Clarification / Fix: Classify each new field and query as authoritative, derived, or analytical before changing storage. If the filter is for support exploration rather than payout commitment, project it into search instead of paying for it on every transactional write.

Issue: Search and warehouse backfills finish successfully, but the counts do not match what operators believed during the incident.

Why it happens / is confusing: Humans often remember the projection they were staring at, not the authority boundary. A derived store can be stale, partially reindexed, or rebuilt with corrected logic while the authoritative ledger remained consistent the whole time.

Clarification / Fix: Reconcile against canonical IDs and versions from the source-of-record tables, not against whatever projection happened to be visible during the incident. Treat derived stores as disposable views whose job is to converge back to source truth.

Issue: Recovery drills restore the database, but downstream systems still cannot prove whether a payout was retried safely.

Why it happens / is confusing: Restoring bytes is not the same as restoring workflow guarantees. If idempotency keys, event history, or projector replay order are missing from the baseline, the platform may come back structurally healthy while operationally ambiguous.

Clarification / Fix: Make replay order, idempotency handles, and invariant checks part of the baseline itself. A successful drill should prove that one payout still maps to one safe settlement history and one rebuildable set of projections.

Advanced Connections

Connection 1: Systems of Record vs Derived Data sets the authority boundary; this capstone turns it into an operating contract

The earlier lesson established the philosophical split between authoritative and derived data. This capstone makes that split enforceable by naming the canonical entities, the acceptable indexes on the hot path, the freshness budgets for derived stores, and the recovery order when projections drift. Payment, payroll, and ledger systems all need this step because "the source of truth" is not useful unless engineers can tell what that rule means during normal feature work.

Connection 2: Storage Engines: Log-Structured vs Page-Oriented explains the physical bills that the next lessons will price explicitly

This baseline says why PostgreSQL should spend its write budget on transactional rows and a small index set, while search and analytics stores absorb denormalization, refresh, and replay.
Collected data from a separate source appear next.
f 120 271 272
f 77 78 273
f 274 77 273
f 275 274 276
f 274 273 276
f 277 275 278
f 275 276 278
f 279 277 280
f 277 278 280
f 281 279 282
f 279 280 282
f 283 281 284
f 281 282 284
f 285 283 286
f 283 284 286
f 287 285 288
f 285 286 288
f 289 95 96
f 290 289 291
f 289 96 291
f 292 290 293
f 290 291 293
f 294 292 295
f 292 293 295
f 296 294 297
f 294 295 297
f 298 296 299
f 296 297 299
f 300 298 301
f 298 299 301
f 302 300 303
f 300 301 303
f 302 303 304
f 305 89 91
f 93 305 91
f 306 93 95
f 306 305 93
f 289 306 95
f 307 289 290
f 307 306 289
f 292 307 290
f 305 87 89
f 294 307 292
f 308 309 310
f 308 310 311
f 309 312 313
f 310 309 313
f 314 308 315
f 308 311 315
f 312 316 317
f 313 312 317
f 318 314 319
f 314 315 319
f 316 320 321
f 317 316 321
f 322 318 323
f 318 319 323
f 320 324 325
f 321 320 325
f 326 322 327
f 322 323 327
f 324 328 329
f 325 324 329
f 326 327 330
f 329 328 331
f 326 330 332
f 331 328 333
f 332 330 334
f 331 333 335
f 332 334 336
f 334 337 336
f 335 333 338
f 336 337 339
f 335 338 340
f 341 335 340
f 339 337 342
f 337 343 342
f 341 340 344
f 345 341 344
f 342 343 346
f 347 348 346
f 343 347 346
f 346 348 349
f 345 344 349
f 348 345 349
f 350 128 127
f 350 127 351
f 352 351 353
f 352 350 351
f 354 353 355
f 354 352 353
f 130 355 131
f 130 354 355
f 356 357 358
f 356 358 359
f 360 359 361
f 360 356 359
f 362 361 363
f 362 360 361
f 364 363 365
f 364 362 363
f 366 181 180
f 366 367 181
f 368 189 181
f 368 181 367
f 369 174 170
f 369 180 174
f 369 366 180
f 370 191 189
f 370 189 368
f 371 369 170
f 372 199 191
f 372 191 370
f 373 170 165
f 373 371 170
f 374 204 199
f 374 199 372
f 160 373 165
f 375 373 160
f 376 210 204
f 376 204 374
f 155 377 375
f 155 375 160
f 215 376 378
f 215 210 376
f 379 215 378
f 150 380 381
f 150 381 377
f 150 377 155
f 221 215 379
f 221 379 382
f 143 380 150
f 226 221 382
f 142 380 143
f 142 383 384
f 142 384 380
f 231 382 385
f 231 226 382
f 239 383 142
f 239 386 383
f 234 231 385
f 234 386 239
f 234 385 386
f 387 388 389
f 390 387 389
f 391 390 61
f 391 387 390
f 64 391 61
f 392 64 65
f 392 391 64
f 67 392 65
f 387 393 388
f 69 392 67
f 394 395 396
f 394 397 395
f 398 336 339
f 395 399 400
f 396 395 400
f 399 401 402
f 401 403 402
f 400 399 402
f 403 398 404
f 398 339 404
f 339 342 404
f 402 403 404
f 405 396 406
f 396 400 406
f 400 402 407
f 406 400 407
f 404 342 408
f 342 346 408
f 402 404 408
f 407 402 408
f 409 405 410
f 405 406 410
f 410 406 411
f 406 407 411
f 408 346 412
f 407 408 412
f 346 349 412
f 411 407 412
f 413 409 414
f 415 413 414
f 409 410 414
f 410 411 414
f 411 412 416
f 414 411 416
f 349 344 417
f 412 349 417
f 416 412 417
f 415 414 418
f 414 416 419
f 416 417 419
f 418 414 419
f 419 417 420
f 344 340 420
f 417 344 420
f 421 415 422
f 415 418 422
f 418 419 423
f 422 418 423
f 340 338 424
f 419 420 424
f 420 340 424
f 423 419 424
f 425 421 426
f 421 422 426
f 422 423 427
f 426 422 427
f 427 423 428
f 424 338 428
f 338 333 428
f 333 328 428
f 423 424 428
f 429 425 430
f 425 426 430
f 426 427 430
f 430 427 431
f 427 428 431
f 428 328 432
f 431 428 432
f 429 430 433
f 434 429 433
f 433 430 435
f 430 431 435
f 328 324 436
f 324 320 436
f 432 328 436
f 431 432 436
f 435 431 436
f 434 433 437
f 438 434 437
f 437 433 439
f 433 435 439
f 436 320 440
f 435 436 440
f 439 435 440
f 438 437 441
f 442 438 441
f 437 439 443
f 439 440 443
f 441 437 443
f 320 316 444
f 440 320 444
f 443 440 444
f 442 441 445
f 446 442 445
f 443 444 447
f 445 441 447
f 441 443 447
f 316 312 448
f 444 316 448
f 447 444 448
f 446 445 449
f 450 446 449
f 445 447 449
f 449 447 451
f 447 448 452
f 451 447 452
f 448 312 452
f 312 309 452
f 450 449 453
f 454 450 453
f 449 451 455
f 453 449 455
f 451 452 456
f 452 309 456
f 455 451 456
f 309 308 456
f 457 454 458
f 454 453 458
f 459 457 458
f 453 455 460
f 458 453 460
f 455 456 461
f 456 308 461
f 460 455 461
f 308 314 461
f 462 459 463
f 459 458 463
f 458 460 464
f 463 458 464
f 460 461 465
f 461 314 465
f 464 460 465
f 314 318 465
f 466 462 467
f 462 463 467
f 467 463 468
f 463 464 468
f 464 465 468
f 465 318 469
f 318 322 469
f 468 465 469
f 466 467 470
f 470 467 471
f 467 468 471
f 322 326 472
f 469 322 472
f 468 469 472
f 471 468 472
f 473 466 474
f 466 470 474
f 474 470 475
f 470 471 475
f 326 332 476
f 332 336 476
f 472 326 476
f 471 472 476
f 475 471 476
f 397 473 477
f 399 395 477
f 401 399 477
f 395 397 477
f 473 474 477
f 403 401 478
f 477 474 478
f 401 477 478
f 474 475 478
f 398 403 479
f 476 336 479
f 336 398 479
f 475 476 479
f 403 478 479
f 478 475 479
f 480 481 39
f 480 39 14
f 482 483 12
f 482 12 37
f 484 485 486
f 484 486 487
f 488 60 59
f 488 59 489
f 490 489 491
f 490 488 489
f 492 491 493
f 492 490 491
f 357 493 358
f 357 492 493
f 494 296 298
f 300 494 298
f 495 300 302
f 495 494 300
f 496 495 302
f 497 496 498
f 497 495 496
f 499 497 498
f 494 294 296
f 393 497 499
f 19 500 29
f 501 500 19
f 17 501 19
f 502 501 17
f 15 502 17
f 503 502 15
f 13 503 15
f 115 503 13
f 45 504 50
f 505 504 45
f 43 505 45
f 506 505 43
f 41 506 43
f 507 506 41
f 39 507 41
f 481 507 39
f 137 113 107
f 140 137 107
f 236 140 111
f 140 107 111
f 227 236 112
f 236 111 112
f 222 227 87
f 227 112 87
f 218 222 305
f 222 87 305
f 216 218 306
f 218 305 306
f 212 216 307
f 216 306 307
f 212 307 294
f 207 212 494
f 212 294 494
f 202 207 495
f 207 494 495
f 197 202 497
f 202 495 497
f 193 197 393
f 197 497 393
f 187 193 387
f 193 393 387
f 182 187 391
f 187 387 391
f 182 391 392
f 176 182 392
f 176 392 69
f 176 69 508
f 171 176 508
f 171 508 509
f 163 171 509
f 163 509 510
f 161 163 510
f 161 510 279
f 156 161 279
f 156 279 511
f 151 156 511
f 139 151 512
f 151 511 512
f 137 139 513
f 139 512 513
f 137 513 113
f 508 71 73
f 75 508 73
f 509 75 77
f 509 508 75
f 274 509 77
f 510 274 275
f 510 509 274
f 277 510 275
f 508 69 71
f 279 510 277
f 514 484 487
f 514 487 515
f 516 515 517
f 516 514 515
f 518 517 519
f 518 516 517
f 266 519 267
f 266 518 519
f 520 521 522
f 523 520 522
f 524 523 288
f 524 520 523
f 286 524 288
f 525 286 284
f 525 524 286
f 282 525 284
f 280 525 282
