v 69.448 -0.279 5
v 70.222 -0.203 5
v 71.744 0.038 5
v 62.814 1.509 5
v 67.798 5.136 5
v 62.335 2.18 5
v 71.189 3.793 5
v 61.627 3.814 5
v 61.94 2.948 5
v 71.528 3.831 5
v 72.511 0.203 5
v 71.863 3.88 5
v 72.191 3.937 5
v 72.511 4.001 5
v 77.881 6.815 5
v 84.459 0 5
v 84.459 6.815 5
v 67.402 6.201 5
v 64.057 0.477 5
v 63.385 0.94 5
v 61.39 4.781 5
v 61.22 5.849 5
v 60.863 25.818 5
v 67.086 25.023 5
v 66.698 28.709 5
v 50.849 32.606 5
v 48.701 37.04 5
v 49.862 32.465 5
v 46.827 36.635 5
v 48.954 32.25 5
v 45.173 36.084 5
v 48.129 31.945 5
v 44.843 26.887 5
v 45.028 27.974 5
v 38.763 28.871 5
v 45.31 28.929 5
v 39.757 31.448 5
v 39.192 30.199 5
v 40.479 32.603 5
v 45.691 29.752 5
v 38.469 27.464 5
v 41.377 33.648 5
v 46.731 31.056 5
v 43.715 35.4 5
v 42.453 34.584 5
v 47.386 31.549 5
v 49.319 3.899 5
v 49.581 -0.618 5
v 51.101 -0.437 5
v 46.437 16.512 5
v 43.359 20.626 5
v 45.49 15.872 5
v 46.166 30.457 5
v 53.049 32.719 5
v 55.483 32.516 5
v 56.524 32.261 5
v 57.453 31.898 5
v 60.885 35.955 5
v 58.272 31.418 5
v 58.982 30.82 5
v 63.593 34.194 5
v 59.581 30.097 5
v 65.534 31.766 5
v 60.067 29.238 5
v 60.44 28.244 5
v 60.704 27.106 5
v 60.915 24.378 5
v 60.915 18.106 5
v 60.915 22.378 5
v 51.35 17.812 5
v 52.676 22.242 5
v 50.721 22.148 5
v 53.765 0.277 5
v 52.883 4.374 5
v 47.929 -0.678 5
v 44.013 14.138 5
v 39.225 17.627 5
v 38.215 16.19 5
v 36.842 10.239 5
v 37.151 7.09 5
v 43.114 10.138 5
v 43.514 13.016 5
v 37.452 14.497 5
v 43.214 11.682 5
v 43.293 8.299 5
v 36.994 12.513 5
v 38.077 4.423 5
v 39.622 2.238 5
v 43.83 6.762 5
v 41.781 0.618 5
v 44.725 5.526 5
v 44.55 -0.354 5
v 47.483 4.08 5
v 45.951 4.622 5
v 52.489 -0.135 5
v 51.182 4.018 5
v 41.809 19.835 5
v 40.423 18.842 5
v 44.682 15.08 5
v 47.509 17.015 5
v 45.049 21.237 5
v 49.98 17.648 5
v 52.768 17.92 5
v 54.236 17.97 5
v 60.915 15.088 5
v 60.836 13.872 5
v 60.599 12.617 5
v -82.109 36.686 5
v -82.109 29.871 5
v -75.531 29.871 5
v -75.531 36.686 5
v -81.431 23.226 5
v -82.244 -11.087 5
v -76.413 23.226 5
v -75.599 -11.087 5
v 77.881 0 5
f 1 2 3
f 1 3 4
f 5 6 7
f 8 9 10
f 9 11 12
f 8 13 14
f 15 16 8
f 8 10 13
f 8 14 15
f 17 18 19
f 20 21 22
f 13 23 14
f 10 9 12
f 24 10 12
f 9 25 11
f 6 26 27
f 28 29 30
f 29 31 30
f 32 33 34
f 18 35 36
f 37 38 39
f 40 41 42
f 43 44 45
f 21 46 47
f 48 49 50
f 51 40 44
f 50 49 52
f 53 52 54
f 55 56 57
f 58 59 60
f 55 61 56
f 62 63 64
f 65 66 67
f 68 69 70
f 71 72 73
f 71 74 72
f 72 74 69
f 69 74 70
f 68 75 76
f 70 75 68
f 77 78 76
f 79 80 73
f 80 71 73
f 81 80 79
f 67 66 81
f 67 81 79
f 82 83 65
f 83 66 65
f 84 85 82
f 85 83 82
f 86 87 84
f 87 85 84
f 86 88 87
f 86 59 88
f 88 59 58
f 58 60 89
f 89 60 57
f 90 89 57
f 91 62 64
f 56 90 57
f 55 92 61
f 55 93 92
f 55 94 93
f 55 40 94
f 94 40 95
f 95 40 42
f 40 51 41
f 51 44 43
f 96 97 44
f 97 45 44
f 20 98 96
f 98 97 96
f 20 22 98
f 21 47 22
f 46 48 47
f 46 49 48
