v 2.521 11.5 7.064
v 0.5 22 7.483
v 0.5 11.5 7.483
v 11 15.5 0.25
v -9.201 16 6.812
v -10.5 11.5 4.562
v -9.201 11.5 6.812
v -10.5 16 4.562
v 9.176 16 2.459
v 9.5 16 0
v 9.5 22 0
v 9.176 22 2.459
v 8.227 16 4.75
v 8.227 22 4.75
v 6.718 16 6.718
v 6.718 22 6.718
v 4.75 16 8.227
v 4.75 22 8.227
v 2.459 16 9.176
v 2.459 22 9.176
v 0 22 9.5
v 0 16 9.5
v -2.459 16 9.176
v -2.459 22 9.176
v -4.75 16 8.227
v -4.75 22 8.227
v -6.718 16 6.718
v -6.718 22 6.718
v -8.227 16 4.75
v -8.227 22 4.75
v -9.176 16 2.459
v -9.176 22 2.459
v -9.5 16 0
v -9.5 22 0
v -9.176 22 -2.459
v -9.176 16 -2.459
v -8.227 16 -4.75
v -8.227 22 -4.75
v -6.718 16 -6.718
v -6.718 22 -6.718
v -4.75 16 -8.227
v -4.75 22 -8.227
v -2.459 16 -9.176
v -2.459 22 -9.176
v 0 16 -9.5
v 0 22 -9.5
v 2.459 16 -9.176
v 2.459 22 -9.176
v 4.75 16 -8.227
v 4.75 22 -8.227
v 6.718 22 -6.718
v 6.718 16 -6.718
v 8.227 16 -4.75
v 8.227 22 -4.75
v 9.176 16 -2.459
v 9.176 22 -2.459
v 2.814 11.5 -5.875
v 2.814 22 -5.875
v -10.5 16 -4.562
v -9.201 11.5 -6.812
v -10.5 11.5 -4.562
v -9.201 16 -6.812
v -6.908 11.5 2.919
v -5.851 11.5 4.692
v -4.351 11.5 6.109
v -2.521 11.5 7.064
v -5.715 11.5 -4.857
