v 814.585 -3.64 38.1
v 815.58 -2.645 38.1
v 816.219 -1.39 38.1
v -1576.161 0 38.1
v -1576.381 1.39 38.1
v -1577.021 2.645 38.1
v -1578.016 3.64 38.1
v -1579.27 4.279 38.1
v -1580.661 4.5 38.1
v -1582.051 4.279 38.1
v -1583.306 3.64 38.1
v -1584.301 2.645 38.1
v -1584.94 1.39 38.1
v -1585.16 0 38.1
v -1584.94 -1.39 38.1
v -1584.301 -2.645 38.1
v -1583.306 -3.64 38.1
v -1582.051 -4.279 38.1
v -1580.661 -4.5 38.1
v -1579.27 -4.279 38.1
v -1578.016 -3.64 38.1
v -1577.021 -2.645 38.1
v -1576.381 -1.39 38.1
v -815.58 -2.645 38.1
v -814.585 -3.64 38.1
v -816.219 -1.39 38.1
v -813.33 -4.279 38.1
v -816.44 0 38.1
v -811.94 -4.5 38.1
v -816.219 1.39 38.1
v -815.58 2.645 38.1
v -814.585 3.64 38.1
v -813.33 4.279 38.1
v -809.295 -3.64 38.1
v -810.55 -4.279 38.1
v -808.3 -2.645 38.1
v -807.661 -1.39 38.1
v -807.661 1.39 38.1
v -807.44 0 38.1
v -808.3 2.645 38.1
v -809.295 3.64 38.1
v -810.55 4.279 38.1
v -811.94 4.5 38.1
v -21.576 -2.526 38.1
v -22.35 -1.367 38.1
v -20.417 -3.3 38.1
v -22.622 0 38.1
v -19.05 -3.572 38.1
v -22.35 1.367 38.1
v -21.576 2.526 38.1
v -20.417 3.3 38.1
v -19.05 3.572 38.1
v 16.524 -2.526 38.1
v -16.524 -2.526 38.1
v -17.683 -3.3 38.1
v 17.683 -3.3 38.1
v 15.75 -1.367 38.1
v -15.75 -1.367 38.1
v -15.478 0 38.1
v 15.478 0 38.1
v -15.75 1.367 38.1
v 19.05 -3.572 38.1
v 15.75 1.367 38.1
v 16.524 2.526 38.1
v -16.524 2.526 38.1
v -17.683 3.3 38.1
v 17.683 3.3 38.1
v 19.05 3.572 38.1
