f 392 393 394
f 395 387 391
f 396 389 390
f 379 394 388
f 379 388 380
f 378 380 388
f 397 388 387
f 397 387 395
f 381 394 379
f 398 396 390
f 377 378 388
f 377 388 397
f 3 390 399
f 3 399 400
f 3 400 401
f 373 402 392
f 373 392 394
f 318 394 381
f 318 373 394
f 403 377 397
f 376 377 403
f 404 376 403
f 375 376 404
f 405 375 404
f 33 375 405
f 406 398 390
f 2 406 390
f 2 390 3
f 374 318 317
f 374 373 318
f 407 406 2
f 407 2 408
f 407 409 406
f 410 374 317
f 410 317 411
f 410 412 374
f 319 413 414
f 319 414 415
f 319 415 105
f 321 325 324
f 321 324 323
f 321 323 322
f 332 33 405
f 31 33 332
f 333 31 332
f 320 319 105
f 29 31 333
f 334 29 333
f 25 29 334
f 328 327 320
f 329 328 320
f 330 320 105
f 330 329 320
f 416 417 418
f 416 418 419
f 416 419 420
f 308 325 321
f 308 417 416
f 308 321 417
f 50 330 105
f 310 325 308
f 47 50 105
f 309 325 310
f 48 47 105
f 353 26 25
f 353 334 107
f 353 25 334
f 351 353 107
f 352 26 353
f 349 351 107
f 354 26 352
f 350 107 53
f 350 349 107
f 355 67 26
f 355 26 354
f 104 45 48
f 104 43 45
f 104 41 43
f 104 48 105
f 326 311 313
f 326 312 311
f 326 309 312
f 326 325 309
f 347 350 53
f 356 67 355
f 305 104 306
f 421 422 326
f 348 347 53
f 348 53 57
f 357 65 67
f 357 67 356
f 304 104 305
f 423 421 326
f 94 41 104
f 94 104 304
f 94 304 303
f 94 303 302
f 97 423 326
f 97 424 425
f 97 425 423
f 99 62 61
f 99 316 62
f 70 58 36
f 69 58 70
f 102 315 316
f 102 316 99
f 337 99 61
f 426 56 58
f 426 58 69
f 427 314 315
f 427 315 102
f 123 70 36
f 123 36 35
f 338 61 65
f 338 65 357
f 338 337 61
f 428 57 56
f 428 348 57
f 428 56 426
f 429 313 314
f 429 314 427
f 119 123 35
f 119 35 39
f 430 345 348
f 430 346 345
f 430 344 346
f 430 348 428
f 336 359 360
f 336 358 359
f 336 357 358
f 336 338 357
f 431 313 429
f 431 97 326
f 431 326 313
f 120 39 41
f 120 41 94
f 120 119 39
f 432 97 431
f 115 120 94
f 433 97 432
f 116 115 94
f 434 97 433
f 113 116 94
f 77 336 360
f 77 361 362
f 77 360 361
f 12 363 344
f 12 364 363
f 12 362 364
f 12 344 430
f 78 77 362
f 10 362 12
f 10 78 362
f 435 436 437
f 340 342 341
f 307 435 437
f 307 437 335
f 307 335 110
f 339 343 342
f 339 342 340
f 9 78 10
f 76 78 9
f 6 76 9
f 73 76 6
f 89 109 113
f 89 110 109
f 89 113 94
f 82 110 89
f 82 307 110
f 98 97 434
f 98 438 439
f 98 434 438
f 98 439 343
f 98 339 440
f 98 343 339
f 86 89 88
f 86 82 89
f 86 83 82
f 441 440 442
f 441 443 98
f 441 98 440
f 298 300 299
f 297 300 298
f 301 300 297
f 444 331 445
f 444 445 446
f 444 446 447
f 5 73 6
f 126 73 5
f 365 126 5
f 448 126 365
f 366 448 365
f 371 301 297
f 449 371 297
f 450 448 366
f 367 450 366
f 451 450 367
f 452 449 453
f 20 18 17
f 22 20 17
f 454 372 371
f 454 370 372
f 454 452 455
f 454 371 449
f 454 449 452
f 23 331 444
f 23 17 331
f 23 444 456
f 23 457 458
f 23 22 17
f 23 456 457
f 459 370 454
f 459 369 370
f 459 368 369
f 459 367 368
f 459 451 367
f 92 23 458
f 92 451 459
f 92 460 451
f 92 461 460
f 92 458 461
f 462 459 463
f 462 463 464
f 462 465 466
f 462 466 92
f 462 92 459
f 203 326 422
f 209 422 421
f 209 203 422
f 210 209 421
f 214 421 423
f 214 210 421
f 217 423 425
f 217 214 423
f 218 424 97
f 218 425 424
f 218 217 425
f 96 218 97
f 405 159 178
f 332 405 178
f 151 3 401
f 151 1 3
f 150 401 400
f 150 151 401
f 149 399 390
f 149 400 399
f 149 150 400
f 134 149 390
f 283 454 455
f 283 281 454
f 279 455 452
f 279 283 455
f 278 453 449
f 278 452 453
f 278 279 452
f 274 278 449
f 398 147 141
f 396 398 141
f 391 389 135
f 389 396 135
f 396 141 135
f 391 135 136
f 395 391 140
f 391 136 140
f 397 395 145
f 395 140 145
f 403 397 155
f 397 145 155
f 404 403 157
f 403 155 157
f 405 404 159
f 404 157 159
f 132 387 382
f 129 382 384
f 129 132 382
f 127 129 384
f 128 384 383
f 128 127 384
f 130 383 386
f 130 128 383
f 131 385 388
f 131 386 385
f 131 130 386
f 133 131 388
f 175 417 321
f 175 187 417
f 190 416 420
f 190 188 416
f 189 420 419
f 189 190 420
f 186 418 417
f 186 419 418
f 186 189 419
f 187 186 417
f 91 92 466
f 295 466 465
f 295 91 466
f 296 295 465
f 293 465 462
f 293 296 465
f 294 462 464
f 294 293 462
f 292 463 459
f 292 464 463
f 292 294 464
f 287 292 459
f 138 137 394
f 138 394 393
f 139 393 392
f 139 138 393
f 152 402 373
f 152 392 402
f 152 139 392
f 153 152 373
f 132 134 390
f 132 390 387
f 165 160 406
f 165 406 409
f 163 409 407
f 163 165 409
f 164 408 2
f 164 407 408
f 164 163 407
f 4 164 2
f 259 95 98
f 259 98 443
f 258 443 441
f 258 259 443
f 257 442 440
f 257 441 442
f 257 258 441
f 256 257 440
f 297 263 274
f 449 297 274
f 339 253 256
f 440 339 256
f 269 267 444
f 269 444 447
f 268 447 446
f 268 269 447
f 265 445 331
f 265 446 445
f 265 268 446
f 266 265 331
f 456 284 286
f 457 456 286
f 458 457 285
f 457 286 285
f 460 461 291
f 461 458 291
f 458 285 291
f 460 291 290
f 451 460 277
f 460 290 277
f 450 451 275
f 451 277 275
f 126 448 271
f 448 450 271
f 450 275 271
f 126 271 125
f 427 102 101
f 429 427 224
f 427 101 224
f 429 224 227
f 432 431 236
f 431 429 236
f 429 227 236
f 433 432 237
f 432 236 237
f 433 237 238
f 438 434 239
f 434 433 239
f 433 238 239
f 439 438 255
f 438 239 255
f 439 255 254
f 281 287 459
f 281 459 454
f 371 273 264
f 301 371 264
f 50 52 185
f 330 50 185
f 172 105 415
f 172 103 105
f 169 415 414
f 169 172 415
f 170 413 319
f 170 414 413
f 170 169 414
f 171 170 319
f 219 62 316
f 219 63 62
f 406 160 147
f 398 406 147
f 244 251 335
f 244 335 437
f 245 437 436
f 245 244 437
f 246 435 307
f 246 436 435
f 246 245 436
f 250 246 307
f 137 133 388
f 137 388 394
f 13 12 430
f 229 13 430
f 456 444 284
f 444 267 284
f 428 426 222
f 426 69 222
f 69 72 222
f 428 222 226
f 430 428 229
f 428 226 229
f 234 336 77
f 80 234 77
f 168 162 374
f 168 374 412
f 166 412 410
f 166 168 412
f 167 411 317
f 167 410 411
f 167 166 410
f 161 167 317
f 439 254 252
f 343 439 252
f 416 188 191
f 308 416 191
The follow-up lessons on B-Tree Path and Maintenance Costs, LSM Compaction and Amplification, and Index Strategy and Selectivity Planning will quantify the costs hidden behind those role assignments.

Resources

• [BOOK] Designing Data-Intensive Applications
  • Focus: Revisit the chapters on data models, derived data, and storage engines to compare authoritative stores with replayable projections.
• [DOC] Debezium Outbox Event Router
  • Focus: Study a concrete pattern for publishing committed source-of-record changes to downstream systems without introducing dual writes.
• [DOC] PostgreSQL Multicolumn Indexes
  • Focus: Use it to reason about which composite indexes belong on the hot OLTP path and which query shapes should move to derived stores.
• [DOC] PostgreSQL Continuous Archiving and Point-in-Time Recovery
  • Focus: Ground the recovery side of the baseline in a real WAL-based restore and replay workflow.
• [DOC] Near real-time search
  • Focus: Understand why support search can remain operationally useful even when it is intentionally not transactionally current.

Key Insights

1. The authoritative model is a business contract before it is a schema - Keys, versions, and legal state transitions matter because they decide what the platform can defend after retries and failures.
2. Storage roles should be assigned with an explicit cost budget - Every source index, search document field, and warehouse projection moves work into a different write, read, or rebuild path.
3. A baseline is complete only when replay and recovery preserve the same truth as the write path - Derived stores stay safe only if they are rebuildable from canonical history rather than patched into partial authority.